Speaker
Description
Following the release of ChatGPT at the end of 2022, last year has been largely dominated by the advent of Large Language Models (LLMs) and their potential benefits and risks. The focus of the lexicographic community, for example at the Asialex and eLex10 conferences, was set mainly on whether and how LLMs can help (or replace) dictionary compilation and the threats they pose to the future of lexicography (e.g., de Schryver, 2023; Jakubíček & Rundell, 2023; Nichols, 2023; McKean & Fitzgerald, forthcoming; Rundell, forthcoming). On the other hand, relatively little attention was devoted to whether or how lexicography can contribute to enhancing LLMs (e.g., Kernerman, Asialex 2023). This paper will overview both trends and propose a more active role for the latter, i.e., to the lexicographic enhancement of LLMs.

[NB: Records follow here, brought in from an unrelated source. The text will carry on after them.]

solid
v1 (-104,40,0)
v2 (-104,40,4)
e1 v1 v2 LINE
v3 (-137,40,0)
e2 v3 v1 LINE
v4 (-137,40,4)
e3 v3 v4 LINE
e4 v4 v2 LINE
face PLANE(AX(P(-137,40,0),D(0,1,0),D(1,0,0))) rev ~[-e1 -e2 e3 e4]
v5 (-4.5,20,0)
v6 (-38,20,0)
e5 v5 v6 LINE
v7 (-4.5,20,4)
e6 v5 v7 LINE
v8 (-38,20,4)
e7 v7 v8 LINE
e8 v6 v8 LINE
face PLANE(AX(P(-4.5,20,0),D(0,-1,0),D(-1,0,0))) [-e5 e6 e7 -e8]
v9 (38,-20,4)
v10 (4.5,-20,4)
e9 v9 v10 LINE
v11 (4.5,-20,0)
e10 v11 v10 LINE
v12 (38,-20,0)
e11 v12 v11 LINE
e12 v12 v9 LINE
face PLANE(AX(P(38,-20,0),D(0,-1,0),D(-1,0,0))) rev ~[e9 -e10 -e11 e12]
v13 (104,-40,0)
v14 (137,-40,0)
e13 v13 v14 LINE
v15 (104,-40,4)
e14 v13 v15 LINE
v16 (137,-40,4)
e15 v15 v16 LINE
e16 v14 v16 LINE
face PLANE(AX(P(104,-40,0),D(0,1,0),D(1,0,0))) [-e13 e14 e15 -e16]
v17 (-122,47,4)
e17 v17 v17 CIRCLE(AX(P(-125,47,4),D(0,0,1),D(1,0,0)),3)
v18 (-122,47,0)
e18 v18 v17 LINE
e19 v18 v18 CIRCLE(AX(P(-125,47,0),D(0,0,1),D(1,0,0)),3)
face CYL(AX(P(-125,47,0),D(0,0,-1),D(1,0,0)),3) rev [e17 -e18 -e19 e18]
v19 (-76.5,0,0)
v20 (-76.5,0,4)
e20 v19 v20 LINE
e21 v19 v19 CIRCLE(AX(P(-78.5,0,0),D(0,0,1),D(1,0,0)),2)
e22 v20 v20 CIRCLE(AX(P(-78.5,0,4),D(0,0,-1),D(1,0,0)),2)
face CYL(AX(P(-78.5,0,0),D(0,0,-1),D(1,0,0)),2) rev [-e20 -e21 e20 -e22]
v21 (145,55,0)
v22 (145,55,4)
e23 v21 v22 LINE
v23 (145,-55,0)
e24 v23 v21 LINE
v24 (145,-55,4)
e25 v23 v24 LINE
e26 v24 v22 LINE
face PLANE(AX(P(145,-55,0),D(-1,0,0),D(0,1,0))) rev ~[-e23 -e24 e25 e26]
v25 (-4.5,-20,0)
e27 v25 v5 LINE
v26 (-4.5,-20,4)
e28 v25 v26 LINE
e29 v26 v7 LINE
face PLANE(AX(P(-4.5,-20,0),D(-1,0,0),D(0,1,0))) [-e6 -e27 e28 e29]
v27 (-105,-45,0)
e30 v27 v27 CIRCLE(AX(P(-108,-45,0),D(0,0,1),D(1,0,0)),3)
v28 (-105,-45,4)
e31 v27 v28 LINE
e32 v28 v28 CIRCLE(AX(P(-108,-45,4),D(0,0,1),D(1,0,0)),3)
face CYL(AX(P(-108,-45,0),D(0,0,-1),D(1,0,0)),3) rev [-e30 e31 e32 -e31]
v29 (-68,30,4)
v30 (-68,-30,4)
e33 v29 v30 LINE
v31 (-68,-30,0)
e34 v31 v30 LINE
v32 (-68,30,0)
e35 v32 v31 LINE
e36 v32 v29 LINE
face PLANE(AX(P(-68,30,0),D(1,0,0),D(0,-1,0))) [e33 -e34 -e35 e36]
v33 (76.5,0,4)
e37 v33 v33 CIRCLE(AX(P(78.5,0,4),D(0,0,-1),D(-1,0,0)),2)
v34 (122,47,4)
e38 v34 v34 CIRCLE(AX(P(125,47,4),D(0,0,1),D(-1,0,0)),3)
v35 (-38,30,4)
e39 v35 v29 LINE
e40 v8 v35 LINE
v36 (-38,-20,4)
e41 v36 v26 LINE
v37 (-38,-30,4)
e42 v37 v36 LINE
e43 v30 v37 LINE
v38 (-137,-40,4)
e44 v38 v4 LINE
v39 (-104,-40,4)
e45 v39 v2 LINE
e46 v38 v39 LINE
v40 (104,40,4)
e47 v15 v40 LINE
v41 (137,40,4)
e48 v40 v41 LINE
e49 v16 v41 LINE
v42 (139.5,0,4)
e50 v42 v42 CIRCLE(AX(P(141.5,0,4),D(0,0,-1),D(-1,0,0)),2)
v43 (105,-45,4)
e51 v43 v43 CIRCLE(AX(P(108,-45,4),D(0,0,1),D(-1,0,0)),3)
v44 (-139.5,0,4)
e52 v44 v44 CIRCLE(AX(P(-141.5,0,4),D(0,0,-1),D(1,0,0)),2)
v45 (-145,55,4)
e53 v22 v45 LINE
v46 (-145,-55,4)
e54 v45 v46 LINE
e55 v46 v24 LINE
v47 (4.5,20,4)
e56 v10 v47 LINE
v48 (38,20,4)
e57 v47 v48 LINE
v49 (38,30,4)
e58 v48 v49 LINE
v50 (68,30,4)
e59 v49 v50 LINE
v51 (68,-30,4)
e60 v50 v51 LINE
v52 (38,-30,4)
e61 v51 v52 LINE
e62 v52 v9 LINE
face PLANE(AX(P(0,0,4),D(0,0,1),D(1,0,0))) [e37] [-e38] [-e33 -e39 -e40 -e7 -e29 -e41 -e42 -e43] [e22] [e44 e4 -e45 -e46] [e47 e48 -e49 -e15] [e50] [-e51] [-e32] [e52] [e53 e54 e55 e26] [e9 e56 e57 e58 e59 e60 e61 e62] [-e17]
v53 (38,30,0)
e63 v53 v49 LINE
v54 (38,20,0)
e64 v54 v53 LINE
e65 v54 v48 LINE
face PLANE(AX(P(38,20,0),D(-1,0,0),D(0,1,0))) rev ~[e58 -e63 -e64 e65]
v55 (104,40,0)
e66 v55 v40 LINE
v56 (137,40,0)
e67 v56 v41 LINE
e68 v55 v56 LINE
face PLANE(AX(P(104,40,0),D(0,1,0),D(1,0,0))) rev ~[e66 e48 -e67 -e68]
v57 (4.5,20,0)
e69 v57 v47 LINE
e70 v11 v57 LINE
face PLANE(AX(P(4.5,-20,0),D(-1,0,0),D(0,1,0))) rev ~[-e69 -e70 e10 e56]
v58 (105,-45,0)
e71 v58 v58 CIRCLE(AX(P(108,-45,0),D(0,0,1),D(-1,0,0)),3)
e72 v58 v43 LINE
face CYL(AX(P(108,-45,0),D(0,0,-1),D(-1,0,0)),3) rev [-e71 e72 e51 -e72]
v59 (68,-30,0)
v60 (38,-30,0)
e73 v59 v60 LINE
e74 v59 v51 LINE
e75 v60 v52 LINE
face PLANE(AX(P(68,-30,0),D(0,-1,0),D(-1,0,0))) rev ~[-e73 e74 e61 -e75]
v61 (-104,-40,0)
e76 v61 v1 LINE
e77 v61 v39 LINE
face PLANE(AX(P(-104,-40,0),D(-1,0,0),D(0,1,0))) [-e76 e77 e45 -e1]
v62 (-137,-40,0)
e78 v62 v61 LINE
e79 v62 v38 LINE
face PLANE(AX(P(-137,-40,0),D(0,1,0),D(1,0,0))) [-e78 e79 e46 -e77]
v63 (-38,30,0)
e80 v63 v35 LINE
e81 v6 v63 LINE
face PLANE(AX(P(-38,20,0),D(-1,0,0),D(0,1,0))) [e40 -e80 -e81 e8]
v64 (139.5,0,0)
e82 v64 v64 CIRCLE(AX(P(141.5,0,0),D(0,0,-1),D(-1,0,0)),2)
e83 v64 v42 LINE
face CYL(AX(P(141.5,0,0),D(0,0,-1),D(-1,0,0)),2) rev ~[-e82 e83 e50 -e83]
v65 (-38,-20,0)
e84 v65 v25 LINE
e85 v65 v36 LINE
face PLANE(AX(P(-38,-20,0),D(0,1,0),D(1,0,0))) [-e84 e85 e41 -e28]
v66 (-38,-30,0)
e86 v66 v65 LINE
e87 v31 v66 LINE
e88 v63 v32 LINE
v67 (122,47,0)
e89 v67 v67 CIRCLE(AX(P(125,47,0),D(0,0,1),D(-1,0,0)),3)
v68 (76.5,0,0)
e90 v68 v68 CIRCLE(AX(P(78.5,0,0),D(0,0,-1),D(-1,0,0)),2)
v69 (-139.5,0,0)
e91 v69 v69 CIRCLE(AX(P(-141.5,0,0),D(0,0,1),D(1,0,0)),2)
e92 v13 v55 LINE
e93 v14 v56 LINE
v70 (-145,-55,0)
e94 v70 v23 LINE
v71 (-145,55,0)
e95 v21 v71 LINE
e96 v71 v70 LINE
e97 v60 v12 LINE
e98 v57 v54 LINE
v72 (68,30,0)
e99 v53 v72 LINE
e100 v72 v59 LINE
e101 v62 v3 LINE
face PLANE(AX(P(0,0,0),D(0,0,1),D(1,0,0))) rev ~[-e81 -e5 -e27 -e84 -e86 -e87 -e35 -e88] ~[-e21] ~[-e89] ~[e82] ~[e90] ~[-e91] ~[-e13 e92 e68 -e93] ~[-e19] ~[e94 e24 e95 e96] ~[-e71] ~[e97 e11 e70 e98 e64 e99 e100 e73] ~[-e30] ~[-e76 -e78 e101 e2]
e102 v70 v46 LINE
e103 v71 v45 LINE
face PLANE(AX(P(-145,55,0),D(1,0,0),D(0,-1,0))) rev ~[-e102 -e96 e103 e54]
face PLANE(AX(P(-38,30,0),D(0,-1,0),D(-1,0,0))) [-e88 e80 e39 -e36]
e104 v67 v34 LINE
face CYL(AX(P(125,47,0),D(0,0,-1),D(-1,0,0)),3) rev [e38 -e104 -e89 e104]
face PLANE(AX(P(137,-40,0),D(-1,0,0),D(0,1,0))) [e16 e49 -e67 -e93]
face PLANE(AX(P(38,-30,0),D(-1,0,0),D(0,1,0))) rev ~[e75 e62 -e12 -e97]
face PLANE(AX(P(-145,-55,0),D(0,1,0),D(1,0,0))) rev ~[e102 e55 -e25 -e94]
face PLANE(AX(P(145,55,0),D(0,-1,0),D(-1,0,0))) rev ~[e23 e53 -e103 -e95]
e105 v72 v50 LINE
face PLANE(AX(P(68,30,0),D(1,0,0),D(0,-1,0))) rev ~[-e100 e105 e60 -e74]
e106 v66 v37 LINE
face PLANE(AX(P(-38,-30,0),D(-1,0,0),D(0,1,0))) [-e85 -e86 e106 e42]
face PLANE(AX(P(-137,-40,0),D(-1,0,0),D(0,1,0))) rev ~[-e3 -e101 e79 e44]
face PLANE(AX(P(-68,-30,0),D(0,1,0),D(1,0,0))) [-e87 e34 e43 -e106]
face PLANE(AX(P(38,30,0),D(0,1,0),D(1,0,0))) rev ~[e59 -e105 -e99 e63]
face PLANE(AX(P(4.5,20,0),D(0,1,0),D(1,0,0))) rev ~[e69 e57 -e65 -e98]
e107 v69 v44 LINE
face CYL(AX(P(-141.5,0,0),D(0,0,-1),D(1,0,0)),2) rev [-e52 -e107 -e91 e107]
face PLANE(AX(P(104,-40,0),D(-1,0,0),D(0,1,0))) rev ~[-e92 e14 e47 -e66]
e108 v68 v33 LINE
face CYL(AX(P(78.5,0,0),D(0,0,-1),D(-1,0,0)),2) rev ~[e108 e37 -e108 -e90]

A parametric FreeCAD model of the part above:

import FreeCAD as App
import Part
import Sketcher
Q = App.Units.Quantity


def add_polygon(sketch, points):
    """Adds a closed chain of lines whose ends are joined by coincident constraints."""
    first, n = sketch.GeometryCount, len(points)
    for a, b in zip(points, points[1:] + points[:1]):
        sketch.addGeometry(Part.LineSegment(App.Vector(*a, 0), App.Vector(*b, 0)), False)
    for i in range(n):
        sketch.addConstraint(Sketcher.Constraint("Coincident", first + i, 2, first + (i + 1) % n, 1))

doc = App.newDocument("Part")
params = doc.addObject("Spreadsheet::Sheet", "Params")
for row, (alias, value) in enumerate([
    ("sketch1_diameter", "6 mm"),
    ("sketch1_width", "290 mm"),
    ("sketch1_width2", "33 mm"),
    ("sketch1_width3", "30 mm"),
    ("sketch1_height", "110 mm"),
    ("pad1_length", "4 mm"),
    ("sketch2_diameter", "4 mm"),
    ("pocket1_length", "10 mm"),
    ("sketch3_diameter", "4 mm"),
    ("pocket2_length", "10 mm"),
], start=1):
    params.set(f"A{row}", alias)
    params.set(f"B{row}", "=" + value)
    params.setAlias(f"B{row}", alias)

body = doc.addObject("PartDesign::Body", "Body")

sketch1 = body.newObject("Sketcher::SketchObject", "Sketch")
sketch1.AttachmentSupport = (doc.getObject("XY_Plane"), [""])
sketch1.MapMode = "FlatFace"
add_polygon(sketch1, [(-145, -55), (145, -55), (145, 55), (-145, 55)])
sketch1.addGeometry(Part.Circle(App.Vector(-108, -45, 0), App.Vector(0, 0, 1), 3), False)
add_polygon(sketch1, [(-104, -40), (-137, -40), (-137, 40), (-104, 40)])
add_polygon(sketch1, [(-38, -30), (-68, -30), (-68, 30), (-38, 30), (-38, 20), (-4.5, 20), (-4.5, -20), (-38, -20)])
sketch1.addGeometry(Part.Circle(App.Vector(108, -45, 0), App.Vector(0, 0, 1), 3), False)
add_polygon(sketch1, [(4.5, 20), (38, 20), (38, 30), (68, 30), (68, -30), (38, -30), (38, -20), (4.5, -20)])
add_polygon(sketch1, [(137, -40), (104, -40), (104, 40), (137, 40)])
sketch1.addGeometry(Part.Circle(App.Vector(-125, 47, 0), App.Vector(0, 0, 1), 3), False)
sketch1.addGeometry(Part.Circle(App.Vector(125, 47, 0), App.Vector(0, 0, 1), 3), False)
sketch1.addConstraint(Sketcher.Constraint("Horizontal", 0))
sketch1.addConstraint(Sketcher.Constraint("Vertical", 1))
sketch1.addConstraint(Sketcher.Constraint("Horizontal", 2))
sketch1.addConstraint(Sketcher.Constraint("Vertical", 3))
sketch1.addConstraint(Sketcher.Constraint("Horizontal", 5))
sketch1.addConstraint(Sketcher.Constraint("Vertical", 6))
sketch1.addConstraint(Sketcher.Constraint("Horizontal", 7))
sketch1.addConstraint(Sketcher.Constraint("Vertical", 8))
sketch1.addConstraint(Sketcher.Constraint("Horizontal", 9))
sketch1.addConstraint(Sketcher.Constraint("Vertical", 10))
sketch1.addConstraint(Sketcher.Constraint("Horizontal", 11))
sketch1.addConstraint(Sketcher.Constraint("Vertical", 12))
sketch1.addConstraint(Sketcher.Constraint("Horizontal", 13))
sketch1.addConstraint(Sketcher.Constraint("Vertical", 14))
sketch1.addConstraint(Sketcher.Constraint("Horizontal", 15))
sketch1.addConstraint(Sketcher.Constraint("Vertical", 16))
sketch1.addConstraint(Sketcher.Constraint("Horizontal", 18))
sketch1.addConstraint(Sketcher.Constraint("Vertical", 19))
sketch1.addConstraint(Sketcher.Constraint("Horizontal", 20))
sketch1.addConstraint(Sketcher.Constraint("Vertical", 21))
sketch1.addConstraint(Sketcher.Constraint("Horizontal", 22))
sketch1.addConstraint(Sketcher.Constraint("Vertical", 23))
sketch1.addConstraint(Sketcher.Constraint("Horizontal", 24))
sketch1.addConstraint(Sketcher.Constraint("Vertical", 25))
sketch1.addConstraint(Sketcher.Constraint("Horizontal", 26))
sketch1.addConstraint(Sketcher.Constraint("Vertical", 27))
sketch1.addConstraint(Sketcher.Constraint("Horizontal", 28))
sketch1.addConstraint(Sketcher.Constraint("Vertical", 29))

The research carried out by the first group of authors mentioned above has mostly evolved around testing LLM performance of typical lexicographic tasks and evaluating the results in comparison with professional human input. These experiments included the suggestion of headwords, multiword expressions and inflected forms, sense disambiguation, creation (and recreation) of definitions, generation of usage examples, provision of citations, labels and pronunciation, etc. The overall conclusions shared by those authors have been that the (current) quality of the output was “not up to the standard of human editorial work”, as summarized by McKean & Fitzgerald (forthcoming), who also pointed out the flaws and weaknesses of LLMs in general, and recommended to implement a research program for “developing and testing prompts for common tasks, build an evaluation set to judge outcomes (which might also be useful to judge the output of human editors), and test new models and tools as they become available.”
However, the general concerns about LLMs cover a wide range of strong ethical, technical, legal, environmental, and economical issues. To begin with, most of the massive amounts of data needed for language model training stem heavily from web-crawled corpora that are often inflicted by diverse flaws, including inconsistency, bias, need to clean “noise”, and lacking knowledge of the source and usage license. (Multilingual LLMs, in particular, also risk applying data that has been generated automatically by machine translation engines and was not post-edited properly.) For languages other than English and the most major ones, relevant data might be scarce. The training process itself is very costly, as regards experts, time and GPU consumption (which also leads to worse computational pollution). They require the implementation of comprehensive post-editing and fine-tuning, whereas the outcomes are still liable to suffer from “hallucinations” that amount to deceptive fluency. Thus, the results can usually not be used for professional purposes because of unreliable performance and
potential copyright infringement.
On the other hand, quality lexicographic resources feature systemic, high-value and trustworthy linguistic data that can substantially enhance language model development, injecting greater precision, efficiency and reliability, reducing the needs for masses of data and substantial post-editing, and contributing to quality evaluation as well as to increased savings on all fronts. Detailed components and aspects such as sense division, multiword expressions, definitions, examples of usage, register and domain classification, syntactic patterns, semantic labels, grammatical categorization, and others, depict language meticulously and faithfully, and accurate translation equivalents empower multilinguality and cross-lingual linkage.
For example, the principal concepts introduced by the English learner’s dictionary pioneers in the 1930s (cf. Cowie, 1999), and their second wave since the mid-1980s (cf. Hanks, 2012; Adamska Sałaciak & Kernerman, 2016), feature many precious fundamental linguistic insights that are attempted to be achieved with the assistance of enormous amounts of problematic data, e.g., their close attention to phraseology (multiword expressions), examples of usage illustrating typical linguistic patterns, word sense disambiguation in the order of importance and frequency rather than chronologically, and indicating related domains, register, synonyms, antonyms, named entities, etc. as well as corpus-based analysis. Such “ready-made” elements offer invaluable support and facilitation to diverse LLM training, fine-tuning and benchmarking tasks.
Lexicography can therefore play a vital role in reinforcing both LLM performance and users’ trust in LLMs. We will demonstrate how lexicography in the service of LLMs can complement LLMs for lexicography.